Internal Tables

detectkit writes everything it computes into a handful of internal _dtk_* tables in your database. This page is the schema reference for those tables — their columns, primary keys, and storage engines. For copy-pasteable SQL that charts them, see Visualizing Results.

Results live in the internal_database (or internal_schema) configured in your profile — separate from the data_database your metric queries read from. See the Profiles configuration for where these live. All tables are auto-created on first run (ensure_tables(), idempotent).

Database note. Column types below are shown ClickHouse-flavored, but detectkit runs on ClickHouse, PostgreSQL and MySQL — all six tables exist on all three backends with portable-equivalent types.
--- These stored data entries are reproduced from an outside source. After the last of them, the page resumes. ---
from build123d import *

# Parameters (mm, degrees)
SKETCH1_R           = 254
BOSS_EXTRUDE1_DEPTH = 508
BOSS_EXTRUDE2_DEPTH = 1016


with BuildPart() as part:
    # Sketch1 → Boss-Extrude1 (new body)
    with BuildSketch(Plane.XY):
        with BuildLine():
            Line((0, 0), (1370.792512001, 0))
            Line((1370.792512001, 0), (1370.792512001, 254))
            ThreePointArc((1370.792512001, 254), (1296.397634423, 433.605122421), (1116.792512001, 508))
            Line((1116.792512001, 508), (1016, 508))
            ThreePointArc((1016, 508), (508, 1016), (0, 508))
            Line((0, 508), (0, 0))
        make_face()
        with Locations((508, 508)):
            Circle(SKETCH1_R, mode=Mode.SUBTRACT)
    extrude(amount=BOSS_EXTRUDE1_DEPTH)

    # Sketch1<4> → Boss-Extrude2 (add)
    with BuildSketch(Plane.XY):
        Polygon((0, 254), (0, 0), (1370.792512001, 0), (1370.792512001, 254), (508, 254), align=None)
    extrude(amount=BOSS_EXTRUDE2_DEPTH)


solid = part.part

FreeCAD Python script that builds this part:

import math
import FreeCAD as App
import Part
import Sketcher
Q = App.Units.Quantity


def add_polygon(sketch, points):
    """Adds a closed chain of lines whose ends are joined by coincident constraints."""
    first, n = sketch.GeometryCount, len(points)
    for a, b in zip(points, points[1:] + points[:1]):
        sketch.addGeometry(Part.LineSegment(App.Vector(*a, 0), App.Vector(*b, 0)), False)
    for i in range(n):
        sketch.addConstraint(Sketcher.Constraint("Coincident", first + i, 2, first + (i + 1) % n, 1))

doc = App.newDocument("Part")
body = doc.addObject("PartDesign::Body", "Body")

sketch1 = body.newObject("Sketcher::SketchObject", "Sketch")
sketch1.AttachmentSupport = (doc.getObject("XY_Plane"), [""])
sketch1.MapMode = "FlatFace"
sketch1.addGeometry(Part.LineSegment(App.Vector(0, 0, 0), App.Vector(1371, 0, 0)), False)
sketch1.addGeometry(Part.LineSegment(App.Vector(1371, 0, 0), App.Vector(1371, 254, 0)), False)
sketch1.addGeometry(Part.ArcOfCircle(Part.Circle(App.Vector(1117, 254, 0), App.Vector(0, 0, 1), 254), math.radians(0), math.radians(90)), False)
sketch1.addGeometry(Part.LineSegment(App.Vector(1117, 508, 0), App.Vector(1016, 508, 0)), False)
sketch1.addGeometry(Part.ArcOfCircle(Part.Circle(App.Vector(508, 508, 0), App.Vector(0, 0, 1), 508), math.radians(0), math.radians(180)), False)
sketch1.addGeometry(Part.LineSegment(App.Vector(0, 508, 0), App.Vector(0, 0, 0)), False)
sketch1.addGeometry(Part.Circle(App.Vector(508, 508, 0), App.Vector(0, 0, 1), 254), False)
sketch1.addConstraint(Sketcher.Constraint("Coincident", 0, 2, 1, 1))
sketch1.addConstraint(Sketcher.Constraint("Tangent", 1, 2, 2, 1))
sketch1.addConstraint(Sketcher.Constraint("Tangent", 2, 2, 3, 1))
sketch1.addConstraint(Sketcher.Constraint("Coincident", 3, 2, 4, 1))
sketch1.addConstraint(Sketcher.Constraint("Tangent", 4, 2, 5, 1))
sketch1.addConstraint(Sketcher.Constraint("Coincident", 5, 2, 0, 1))
sketch1.addConstraint(Sketcher.Constraint("Horizontal", 0))
sketch1.addConstraint(Sketcher.Constraint("Vertical", 1))
sketch1.addConstraint(Sketcher.Constraint("Horizontal", 3))
sketch1.addConstraint(Sketcher.Constraint("Vertical", 5))
sketch1.addConstraint(Sketcher.Constraint("Coincident", 5, 2, -1, 1))
sketch1.addConstraint(Sketcher.Constraint("Coincident", 6, 3, 4, 3))
sketch1.addConstraint(Sketcher.Constraint("Equal", 2, 6))
sketch1.addConstraint(Sketcher.Constraint("Horizontal", 6, 3, 2, 2))
sketch1.addConstraint(Sketcher.Constraint("Diameter", 6, Q("20 in")))
sketch1.addConstraint(Sketcher.Constraint("Radius", 4, Q("20 in")))
sketch1.addConstraint(Sketcher.Constraint("DistanceY", 1, 1, 1, 2, Q("10 in")))
sketch1.addConstraint(Sketcher.Constraint("DistanceX", 0, 1, 0, 2, 1370.792512))
pad1 = body.newObject("PartDesign::Pad", "Pad")
pad1.Profile = sketch1
pad1.Length = Q("20 in")

sketch2 = body.newObject("Sketcher::SketchObject", "Sketch001")
sketch2.AttachmentSupport = (doc.getObject("XY_Plane"), [""])
sketch2.MapMode = "FlatFace"
add_polygon(sketch2, [(0, 254), (0, 0), (1371, 0), (1371, 254)])
sketch2.addConstraint(Sketcher.Constraint("Vertical", 0))
sketch2.addConstraint(Sketcher.Constraint("Horizontal", 1))
sketch2.addConstraint(Sketcher.Constraint("Vertical", 2))
sketch2.addConstraint(Sketcher.Constraint("Horizontal", 3))
sketch2.addConstraint(Sketcher.Constraint("Coincident", 0, 2, -1, 1))
sketch2.addConstraint(Sketcher.Constraint("DistanceY", 0, 2, 0, 1, Q("10 in")))
sketch2.addConstraint(Sketcher.Constraint("DistanceX", 1, 1, 1, 2, 1370.792512))
pad2 = body.newObject("PartDesign::Pad", "Pad001")
pad2.Profile = sketch2
pad2.Length = Q("40 in")

doc.recompute()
The primary keys are enforced on every backend; the storage engines (ReplacingMergeTree / MergeTree) are ClickHouse-specific. On ClickHouse, reads of a ReplacingMergeTree table need FINAL to collapse superseded versions, while PostgreSQL/MySQL enforce the primary key so a plain SELECT is already deduplicated.
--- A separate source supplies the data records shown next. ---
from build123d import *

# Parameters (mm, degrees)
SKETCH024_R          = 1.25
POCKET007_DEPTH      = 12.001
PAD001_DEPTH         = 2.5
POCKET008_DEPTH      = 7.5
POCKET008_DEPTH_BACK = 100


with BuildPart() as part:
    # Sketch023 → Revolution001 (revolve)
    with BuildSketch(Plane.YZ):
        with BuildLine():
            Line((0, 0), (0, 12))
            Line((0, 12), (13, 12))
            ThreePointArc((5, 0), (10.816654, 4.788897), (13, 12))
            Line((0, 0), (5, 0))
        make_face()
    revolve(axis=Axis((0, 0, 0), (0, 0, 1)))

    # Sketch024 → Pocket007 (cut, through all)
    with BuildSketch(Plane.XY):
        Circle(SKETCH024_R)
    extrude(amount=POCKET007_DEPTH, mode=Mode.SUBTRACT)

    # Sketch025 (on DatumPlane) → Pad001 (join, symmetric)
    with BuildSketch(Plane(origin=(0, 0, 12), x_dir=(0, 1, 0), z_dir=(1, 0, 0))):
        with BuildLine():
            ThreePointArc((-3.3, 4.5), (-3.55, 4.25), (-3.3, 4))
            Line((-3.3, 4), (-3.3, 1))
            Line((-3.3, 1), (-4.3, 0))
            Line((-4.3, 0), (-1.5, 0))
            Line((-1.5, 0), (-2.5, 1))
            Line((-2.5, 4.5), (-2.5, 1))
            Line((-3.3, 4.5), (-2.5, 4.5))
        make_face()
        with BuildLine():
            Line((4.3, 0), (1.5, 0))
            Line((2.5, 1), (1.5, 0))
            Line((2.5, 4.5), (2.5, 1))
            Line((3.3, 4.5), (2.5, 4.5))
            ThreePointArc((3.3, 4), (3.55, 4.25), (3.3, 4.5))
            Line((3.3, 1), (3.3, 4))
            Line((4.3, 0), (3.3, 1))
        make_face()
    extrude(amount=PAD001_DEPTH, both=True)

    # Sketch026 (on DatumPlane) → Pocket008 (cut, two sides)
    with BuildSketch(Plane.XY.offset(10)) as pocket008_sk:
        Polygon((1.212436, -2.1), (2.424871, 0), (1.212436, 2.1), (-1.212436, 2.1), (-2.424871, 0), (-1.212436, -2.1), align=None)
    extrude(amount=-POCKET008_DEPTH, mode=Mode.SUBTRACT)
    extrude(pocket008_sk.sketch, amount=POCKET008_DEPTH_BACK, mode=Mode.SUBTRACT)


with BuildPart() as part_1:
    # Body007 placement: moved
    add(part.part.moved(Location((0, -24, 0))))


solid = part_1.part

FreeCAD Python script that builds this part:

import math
import FreeCAD as App
import Part
import Sketcher

V = App.Vector
Q = App.Units.Quantity


def add_polygon(sketch, points):
    """Adds a closed chain of lines whose ends are joined by coincident constraints."""
    first, n = sketch.GeometryCount, len(points)
    for a, b in zip(points, points[1:] + points[:1]):
        sketch.addGeometry(Part.LineSegment(App.Vector(*a, 0), App.Vector(*b, 0)), False)
    for i in range(n):
        sketch.addConstraint(Sketcher.Constraint("Coincident", first + i, 2, first + (i + 1) % n, 1))

doc = App.newDocument("Part")
body = doc.addObject("PartDesign::Body", "Body")

# Sketch on YZ plane
sketch1 = body.newObject("Sketcher::SketchObject", "Sketch")
sketch1.AttachmentSupport = (doc.getObject("YZ_Plane"), [""])
sketch1.MapMode = "FlatFace"
sketch1.addGeometry(Part.LineSegment(V(0, 12, 0), V(0, 0, 0)), False)
sketch1.addGeometry(Part.LineSegment(V(0, 0, 0), V(5, 0, 0)), False)
sketch1.addGeometry(Part.ArcOfCircle(Part.Circle(V(0, 12, 0), V(0, 0, 1), 13), math.radians(-67), math.radians(0)), False)
sketch1.addGeometry(Part.LineSegment(V(13, 12, 0), V(0, 12, 0)), False)
sketch1.addConstraint(Sketcher.Constraint("Coincident", 0, 2, 1, 1))
sketch1.addConstraint(Sketcher.Constraint("Coincident", 1, 2, 2, 1))
sketch1.addConstraint(Sketcher.Constraint("Coincident", 2, 2, 3, 1))
sketch1.addConstraint(Sketcher.Constraint("Coincident", 3, 2, 0, 1))
sketch1.addConstraint(Sketcher.Constraint("Vertical", 0))
sketch1.addConstraint(Sketcher.Constraint("Horizontal", 1))
sketch1.addConstraint(Sketcher.Constraint("Horizontal", 3))
sketch1.addConstraint(Sketcher.Constraint("Coincident", 0, 2, -1, 1))
sketch1.addConstraint(Sketcher.Constraint("Coincident", 3, 2, 2, 3))
sketch1.addConstraint(Sketcher.Constraint("Radius", 2, 12.999998))
sketch1.addConstraint(Sketcher.Constraint("DistanceX", 1, 1, 1, 2, 5.0))
revolution = body.newObject("PartDesign::Revolution", "Revolution")
revolution.Profile = sketch1
revolution.ReferenceAxis = (sketch1, ["V_Axis"])
revolution.Angle = 360

# Sketch on XY plane
sketch2 = body.newObject("Sketcher::SketchObject", "Sketch001")
sketch2.AttachmentSupport = (doc.getObject("XY_Plane"), [""])
sketch2.MapMode = "FlatFace"
sketch2.addGeometry(Part.Circle(V(0, 0, 0), V(0, 0, 1), 1.2), False)
sketch2.addConstraint(Sketcher.Constraint("Coincident", 0, 3, -1, 1))
sketch2.addConstraint(Sketcher.Constraint("Diameter", 0, 2.5))
pocket1 = body.newObject("PartDesign::Pocket", "Pocket")
pocket1.Profile = sketch2
pocket1.Type = "ThroughAll"
pocket1.Reversed = True

# Sketch on YZ plane
sketch3 = body.newObject("Sketcher::SketchObject", "Sketch002")
sketch3.AttachmentSupport = (doc.getObject("YZ_Plane"), [""])
sketch3.MapMode = "FlatFace"
sketch3.addGeometry(Part.ArcOfCircle(Part.Circle(V(-3.3, 16.25, 0), V(0, 0, 1), 0.25), math.radians(90), math.radians(270)), False)
sketch3.addGeometry(Part.LineSegment(V(-3.3, 16, 0), V(-3.3, 13, 0)), False)
sketch3.addGeometry(Part.LineSegment(V(-3.3, 13, 0), V(-4.3, 12, 0)), False)
sketch3.addGeometry(Part.LineSegment(V(-4.3, 12, 0), V(-1.5, 12, 0)), False)
sketch3.addGeometry(Part.LineSegment(V(-1.5, 12, 0), V(-2.5, 13, 0)), False)
sketch3.addGeometry(Part.LineSegment(V(-2.5, 13, 0), V(-2.5, 16.5, 0)), False)
sketch3.addGeometry(Part.LineSegment(V(-2.5, 16.5, 0), V(-3.3, 16.5, 0)), False)
sketch3.addGeometry(Part.LineSegment(V(1.5, 12, 0), V(4.3, 12, 0)), False)
sketch3.addGeometry(Part.LineSegment(V(4.3, 12, 0), V(3.3, 13, 0)), False)
sketch3.addGeometry(Part.LineSegment(V(3.3, 13, 0), V(3.3, 16, 0)), False)
sketch3.addGeometry(Part.ArcOfCircle(Part.Circle(V(3.3, 16.25, 0), V(0, 0, 1), 0.25), math.radians(-90), math.radians(90)), False)
sketch3.addGeometry(Part.LineSegment(V(3.3, 16.5, 0), V(2.5, 16.5, 0)), False)
sketch3.addGeometry(Part.LineSegment(V(2.5, 16.5, 0), V(2.5, 13, 0)), False)
sketch3.addGeometry(Part.LineSegment(V(2.5, 13, 0), V(1.5, 12, 0)), False)
sketch3.addConstraint(Sketcher.Constraint("Coincident", 0, 2, 1, 1))
sketch3.addConstraint(Sketcher.Constraint("Coincident", 1, 2, 2, 1))
sketch3.addConstraint(Sketcher.Constraint("Coincident", 2, 2, 3, 1))
sketch3.addConstraint(Sketcher.Constraint("Coincident", 3, 2, 4, 1))
sketch3.addConstraint(Sketcher.Constraint("Coincident", 4, 2, 5, 1))
sketch3.addConstraint(Sketcher.Constraint("Coincident", 5, 2, 6, 1))
sketch3.addConstraint(Sketcher.Constraint("Tangent", 6, 2, 0, 1))
sketch3.addConstraint(Sketcher.Constraint("Coincident", 7, 2, 8, 1))
sketch3.addConstraint(Sketcher.Constraint("Coincident", 8, 2, 9, 1))
sketch3.addConstraint(Sketcher.Constraint("Coincident", 9, 2, 10, 1))
sketch3.addConstraint(Sketcher.Constraint("Tangent", 10, 2, 11, 1))
sketch3.addConstraint(Sketcher.Constraint("Coincident", 11, 2, 12, 1))
sketch3.addConstraint(Sketcher.Constraint("Coincident", 12, 2, 13, 1))
sketch3.addConstraint(Sketcher.Constraint("Coincident", 13, 2, 7, 1))
sketch3.addConstraint(Sketcher.Constraint("Vertical", 1))
sketch3.addConstraint(Sketcher.Constraint("Horizontal", 3))
sketch3.addConstraint(Sketcher.Constraint("Vertical", 5))
sketch3.addConstraint(Sketcher.Constraint("Horizontal", 6))
sketch3.addConstraint(Sketcher.Constraint("Horizontal", 7))
sketch3.addConstraint(Sketcher.Constraint("Vertical", 9))
sketch3.addConstraint(Sketcher.Constraint("Horizontal", 11))
sketch3.addConstraint(Sketcher.Constraint("Vertical", 12))
sketch3.addConstraint(Sketcher.Constraint("Equal", 0, 10))
sketch3.addConstraint(Sketcher.Constraint("Symmetric", 0, 3, 10, 3, -2))
sketch3.addConstraint(Sketcher.Constraint("Symmetric", 2, 2, 7, 2, -2))
sketch3.addConstraint(Sketcher.Constraint("Symmetric", 1, 2, 8, 2, -2))
sketch3.addConstraint(Sketcher.Constraint("Symmetric", 4, 2, 12, 2, -2))
sketch3.addConstraint(Sketcher.Constraint("Perpendicular", 2, 4))
sketch3.addConstraint(Sketcher.Constraint("Parallel", 4, 8))
sketch3.addConstraint(Sketcher.Constraint("Perpendicular", 8, 13))
sketch3.addConstraint(Sketcher.Constraint("Horizontal", 1, 2, 4, 2))
sketch3.addConstraint(Sketcher.Constraint("Vertical", 1, 2, 6, 2))
sketch3.addConstraint(Sketcher.Constraint("DistanceY", 1, 2, 1, 1, 3.0))
sketch3.addConstraint(Sketcher.Constraint("Radius", 0, 0.25))
sketch3.addConstraint(Sketcher.Constraint("DistanceX", 3, 1, 3, 2, 2.8))
sketch3.addConstraint(Sketcher.Constraint("DistanceX", 6, 2, 6, 1, 0.8))
sketch3.addConstraint(Sketcher.Constraint("DistanceY", -1, 1, 0, 2, 16.0))
sketch3.addConstraint(Sketcher.Constraint("DistanceX", 3, 2, 13, 2, 3.0))
pad1 = body.newObject("PartDesign::Pad", "Pad")
pad1.Profile = sketch3
pad1.Length = 5
pad1.Midplane = True

# Sketch on XY plane
sketch4 = body.newObject("Sketcher::SketchObject", "Sketch003")
sketch4.AttachmentSupport = (doc.getObject("XY_Plane"), [""])
sketch4.MapMode = "FlatFace"
sketch4.AttachmentOffset = App.Placement(V(0, 0, 10), App.Rotation())
add_polygon(sketch4, [(1.2, -2.1), (2.4, 0), (1.2, 2.1), (-1.2, 2.1), (-2.4, 0), (-1.2, -2.1)])  # lines 0-5
sketch4.addConstraint(Sketcher.Constraint("Horizontal", 2))
sketch4.addConstraint(Sketcher.Constraint("Horizontal", 5))
sketch4.addConstraint(Sketcher.Constraint("Symmetric", 0, 2, 3, 2, -1, 1))
sketch4.addConstraint(Sketcher.Constraint("Symmetric", 1, 2, 4, 2, -1, 1))
sketch4.addConstraint(Sketcher.Constraint("PointOnObject", 0, 2, -1))
sketch4.addConstraint(Sketcher.Constraint("Parallel", 0, 3))
sketch4.addConstraint(Sketcher.Constraint("Vertical", 2, 2, 4, 2))
sketch4.addConstraint(Sketcher.Constraint("Angle", 0, Q("60.000012 deg")))
sketch4.addConstraint(Sketcher.Constraint("DistanceY", -1, 1, 1, 2, 2.1))
sketch4.addConstraint(Sketcher.Constraint("DistanceX", 2, 2, 2, 1, 2.424872))
pocket2 = body.newObject("PartDesign::Pocket", "Pocket001")
pocket2.Profile = sketch4
pocket2.Type = "TwoLengths"
pocket2.Length = 7.5
pocket2.Length2 = 100
body2 = doc.addObject("PartDesign::Body", "Body001")
doc.recompute()

body.Placement = App.Placement(V(0, -24, 0), App.Rotation(V(0, 0, 1), 0))
boolean = body2.newObject("PartDesign::Boolean", "Boolean")
boolean.Type = "Fuse"
boolean.addObjects([body])

doc.recompute()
Every table is keyed by metric_name, so deleting a metric’s YAML leaves orphan rows that dtk clean prunes (except _dtk_autotune_runs, which is a deliberate audit trail).

`_dtk_datapoints` — the loaded metric points

One row per metric per timestamp on the metric’s time grid (gaps are filled with NULL, never 0).

Column	Type	Meaning
`metric_name`	String	Metric identifier
`timestamp`	DateTime64(3, UTC)	Point on the metric’s time grid
`value`	Nullable(Float64)	Metric value (`NULL` = missing / gap-filled)
`seasonality_data`	String (JSON)	Extracted seasonality features for the point
`interval_seconds`	Int32	The metric’s grid step, in seconds
`seasonality_columns`	String	Comma-separated names of the seasonality features
`created_at`	DateTime64(3, UTC)	When the row was written

Primary key: (metric_name, timestamp) · Engine: ReplacingMergeTree(created_at)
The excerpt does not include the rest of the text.